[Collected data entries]

..........

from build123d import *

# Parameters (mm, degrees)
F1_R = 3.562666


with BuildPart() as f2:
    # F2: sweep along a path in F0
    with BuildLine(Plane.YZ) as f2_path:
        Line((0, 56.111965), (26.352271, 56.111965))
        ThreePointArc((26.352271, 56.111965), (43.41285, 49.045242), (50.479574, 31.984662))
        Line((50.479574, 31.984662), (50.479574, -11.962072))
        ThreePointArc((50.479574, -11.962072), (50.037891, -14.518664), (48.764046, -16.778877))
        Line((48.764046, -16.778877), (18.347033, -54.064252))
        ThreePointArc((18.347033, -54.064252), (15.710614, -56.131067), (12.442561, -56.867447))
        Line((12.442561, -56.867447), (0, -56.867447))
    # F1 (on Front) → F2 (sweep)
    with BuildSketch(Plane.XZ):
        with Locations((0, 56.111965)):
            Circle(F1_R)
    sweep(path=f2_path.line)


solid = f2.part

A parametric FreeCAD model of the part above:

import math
import FreeCAD as App
import Part
import Sketcher

V = App.Vector
Q = App.Units.Quantity

doc = App.newDocument("Part")
body = doc.addObject("PartDesign::Body", "Body")

sketch1 = body.newObject("Sketcher::SketchObject", "Sketch")
sketch1.AttachmentSupport = (doc.getObject("XZ_Plane"), [""])
sketch1.MapMode = "FlatFace"
sketch1.addGeometry(Part.Circle(V(0, 56.111965, 0), V(0, 0, 1), 3.562666), False)
sketch1.addConstraint(Sketcher.Constraint("PointOnObject", 0, 3, -2))
sketch1.addConstraint(Sketcher.Constraint("Diameter", 0, 7.125332))
sketch1.addConstraint(Sketcher.Constraint("DistanceY", -1, 1, 0, 3, 56.111965))

sketch2 = body.newObject("Sketcher::SketchObject", "Sketch001")
sketch2.AttachmentSupport = (doc.getObject("YZ_Plane"), [""])
sketch2.MapMode = "FlatFace"
sketch2.addGeometry(Part.LineSegment(V(0, 56.111965, 0), V(26.352271, 56.111965, 0)), False)
sketch2.addGeometry(Part.ArcOfCircle(Part.Circle(V(26.352271, 31.984662, 0), V(0, 0, 1), 24.127303), math.radians(0.000001), math.radians(89.999999)), False)
sketch2.addGeometry(Part.LineSegment(V(50.479574, 31.984662, 0), V(50.479574, -11.962072, 0)), False)
sketch2.addGeometry(Part.ArcOfCircle(Part.Circle(V(42.859571, -11.962071, 0), V(0, 0, 1), 7.620003), math.radians(-39.20719), math.radians(-0.000007)), False)
sketch2.addGeometry(Part.LineSegment(V(48.764046, -16.778877, 0), V(18.347033, -54.064252, 0)), False)
sketch2.addGeometry(Part.ArcOfCircle(Part.Circle(V(12.442559, -49.247444, 0), V(0, 0, 1), 7.620003), math.radians(-89.999988), math.radians(-39.207209)), False)
sketch2.addGeometry(Part.LineSegment(V(12.442561, -56.867447, 0), V(0, -56.867447, 0)), False)
sketch2.addConstraint(Sketcher.Constraint("Tangent", 0, 2, 1, 2))
sketch2.addConstraint(Sketcher.Constraint("Tangent", 1, 1, 2, 1))
sketch2.addConstraint(Sketcher.Constraint("Tangent", 2, 2, 3, 2))
sketch2.addConstraint(Sketcher.Constraint("Tangent", 3, 1, 4, 1))
sketch2.addConstraint(Sketcher.Constraint("Tangent", 4, 2, 5, 2))
sketch2.addConstraint(Sketcher.Constraint("Tangent", 5, 1, 6, 1))
sketch2.addConstraint(Sketcher.Constraint("Horizontal", 0))
sketch2.addConstraint(Sketcher.Constraint("Vertical", 2))
sketch2.addConstraint(Sketcher.Constraint("Horizontal", 6))
sketch2.addConstraint(Sketcher.Constraint("Equal", 3, 5))
sketch2.addConstraint(Sketcher.Constraint("PointOnObject", 0, 1, -2))
sketch2.addConstraint(Sketcher.Constraint("PointOnObject", 6, 2, -2))
sketch2.addConstraint(Sketcher.Constraint("Radius", 3, Q("0.3000001 in")))
sketch2.addConstraint(Sketcher.Constraint("Radius", 1, 24.127303))
sketch2.addConstraint(Sketcher.Constraint("DistanceX", 0, 1, 0, 2, 26.352271))
sketch2.addConstraint(Sketcher.Constraint("DistanceX", 6, 2, 6, 1, 12.442561))
sketch2.addConstraint(Sketcher.Constraint("Distance", 4, 48.11854))
sketch2.addConstraint(Sketcher.Constraint("DistanceY", 2, 2, 2, 1, 43.946734))
sketch2.addConstraint(Sketcher.Constraint("DistanceY", -1, 1, 1, 3, 31.984662))
doc.recompute()

additivepipe = body.newObject("PartDesign::AdditivePipe", "AdditivePipe")
additivepipe.Profile = sketch1
additivepipe.Spine = (sketch2, ["Edge1", "Edge2", "Edge3", "Edge4", "Edge5", "Edge6", "Edge7"])

doc.recompute()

..........

Above are the records; restate each one exactly.

Answer to this task:
from build123d import *

# Parameters (mm, degrees)
F1_R = 3.562666


with BuildPart() as f2:
    # F2: sweep along a path in F0
    with BuildLine(Plane.YZ) as f2_path:
        Line((0, 56.111965), (26.352271, 56.111965))
        ThreePointArc((26.352271, 56.111965), (43.41285, 49.045242), (50.479574, 31.984662))
        Line((50.479574, 31.984662), (50.479574, -11.962072))
        ThreePointArc((50.479574, -11.962072), (50.037891, -14.518664), (48.764046, -16.778877))
        Line((48.764046, -16.778877), (18.347033, -54.064252))
        ThreePointArc((18.347033, -54.064252), (15.710614, -56.131067), (12.442561, -56.867447))
        Line((12.442561, -56.867447), (0, -56.867447))
    # F1 (on Front) → F2 (sweep)
    with BuildSketch(Plane.XZ):
        with Locations((0, 56.111965)):
            Circle(F1_R)
    sweep(path=f2_path.line)


solid = f2.part

A parametric FreeCAD model of the part above:

import math
import FreeCAD as App
import Part
import Sketcher

V = App.Vector
Q = App.Units.Quantity

doc = App.newDocument("Part")
body = doc.addObject("PartDesign::Body", "Body")

sketch1 = body.newObject("Sketcher::SketchObject", "Sketch")
sketch1.AttachmentSupport = (doc.getObject("XZ_Plane"), [""])
sketch1.MapMode = "FlatFace"
sketch1.addGeometry(Part.Circle(V(0, 56.111965, 0), V(0, 0, 1), 3.562666), False)
sketch1.addConstraint(Sketcher.Constraint("PointOnObject", 0, 3, -2))
sketch1.addConstraint(Sketcher.Constraint("Diameter", 0, 7.125332))
sketch1.addConstraint(Sketcher.Constraint("DistanceY", -1, 1, 0, 3, 56.111965))

sketch2 = body.newObject("Sketcher::SketchObject", "Sketch001")
sketch2.AttachmentSupport = (doc.getObject("YZ_Plane"), [""])
sketch2.MapMode = "FlatFace"
sketch2.addGeometry(Part.LineSegment(V(0, 56.111965, 0), V(26.352271, 56.111965, 0)), False)
sketch2.addGeometry(Part.ArcOfCircle(Part.Circle(V(26.352271, 31.984662, 0), V(0, 0, 1), 24.127303), math.radians(0.000001), math.radians(89.999999)), False)
sketch2.addGeometry(Part.LineSegment(V(50.479574, 31.984662, 0), V(50.479574, -11.962072, 0)), False)
sketch2.addGeometry(Part.ArcOfCircle(Part.Circle(V(42.859571, -11.962071, 0), V(0, 0, 1), 7.620003), math.radians(-39.20719), math.radians(-0.000007)), False)
sketch2.addGeometry(Part.LineSegment(V(48.764046, -16.778877, 0), V(18.347033, -54.064252, 0)), False)
sketch2.addGeometry(Part.ArcOfCircle(Part.Circle(V(12.442559, -49.247444, 0), V(0, 0, 1), 7.620003), math.radians(-89.999988), math.radians(-39.207209)), False)
sketch2.addGeometry(Part.LineSegment(V(12.442561, -56.867447, 0), V(0, -56.867447, 0)), False)
sketch2.addConstraint(Sketcher.Constraint("Tangent", 0, 2, 1, 2))
sketch2.addConstraint(Sketcher.Constraint("Tangent", 1, 1, 2, 1))
sketch2.addConstraint(Sketcher.Constraint("Tangent", 2, 2, 3, 2))
sketch2.addConstraint(Sketcher.Constraint("Tangent", 3, 1, 4, 1))
sketch2.addConstraint(Sketcher.Constraint("Tangent", 4, 2, 5, 2))
sketch2.addConstraint(Sketcher.Constraint("Tangent", 5, 1, 6, 1))
sketch2.addConstraint(Sketcher.Constraint("Horizontal", 0))
sketch2.addConstraint(Sketcher.Constraint("Vertical", 2))
sketch2.addConstraint(Sketcher.Constraint("Horizontal", 6))
sketch2.addConstraint(Sketcher.Constraint("Equal", 3, 5))
sketch2.addConstraint(Sketcher.Constraint("PointOnObject", 0, 1, -2))
sketch2.addConstraint(Sketcher.Constraint("PointOnObject", 6, 2, -2))
sketch2.addConstraint(Sketcher.Constraint("Radius", 3, Q("0.3000001 in")))
sketch2.addConstraint(Sketcher.Constraint("Radius", 1, 24.127303))
sketch2.addConstraint(Sketcher.Constraint("DistanceX", 0, 1, 0, 2, 26.352271))
sketch2.addConstraint(Sketcher.Constraint("DistanceX", 6, 2, 6, 1, 12.442561))
sketch2.addConstraint(Sketcher.Constraint("Distance", 4, 48.11854))
sketch2.addConstraint(Sketcher.Constraint("DistanceY", 2, 2, 2, 1, 43.946734))
sketch2.addConstraint(Sketcher.Constraint("DistanceY", -1, 1, 1, 3, 31.984662))
doc.recompute()

additivepipe = body.newObject("PartDesign::AdditivePipe", "AdditivePipe")
additivepipe.Profile = sketch1
additivepipe.Spine = (sketch2, ["Edge1", "Edge2", "Edge3", "Edge4", "Edge5", "Edge6", "Edge7"])

doc.recompute()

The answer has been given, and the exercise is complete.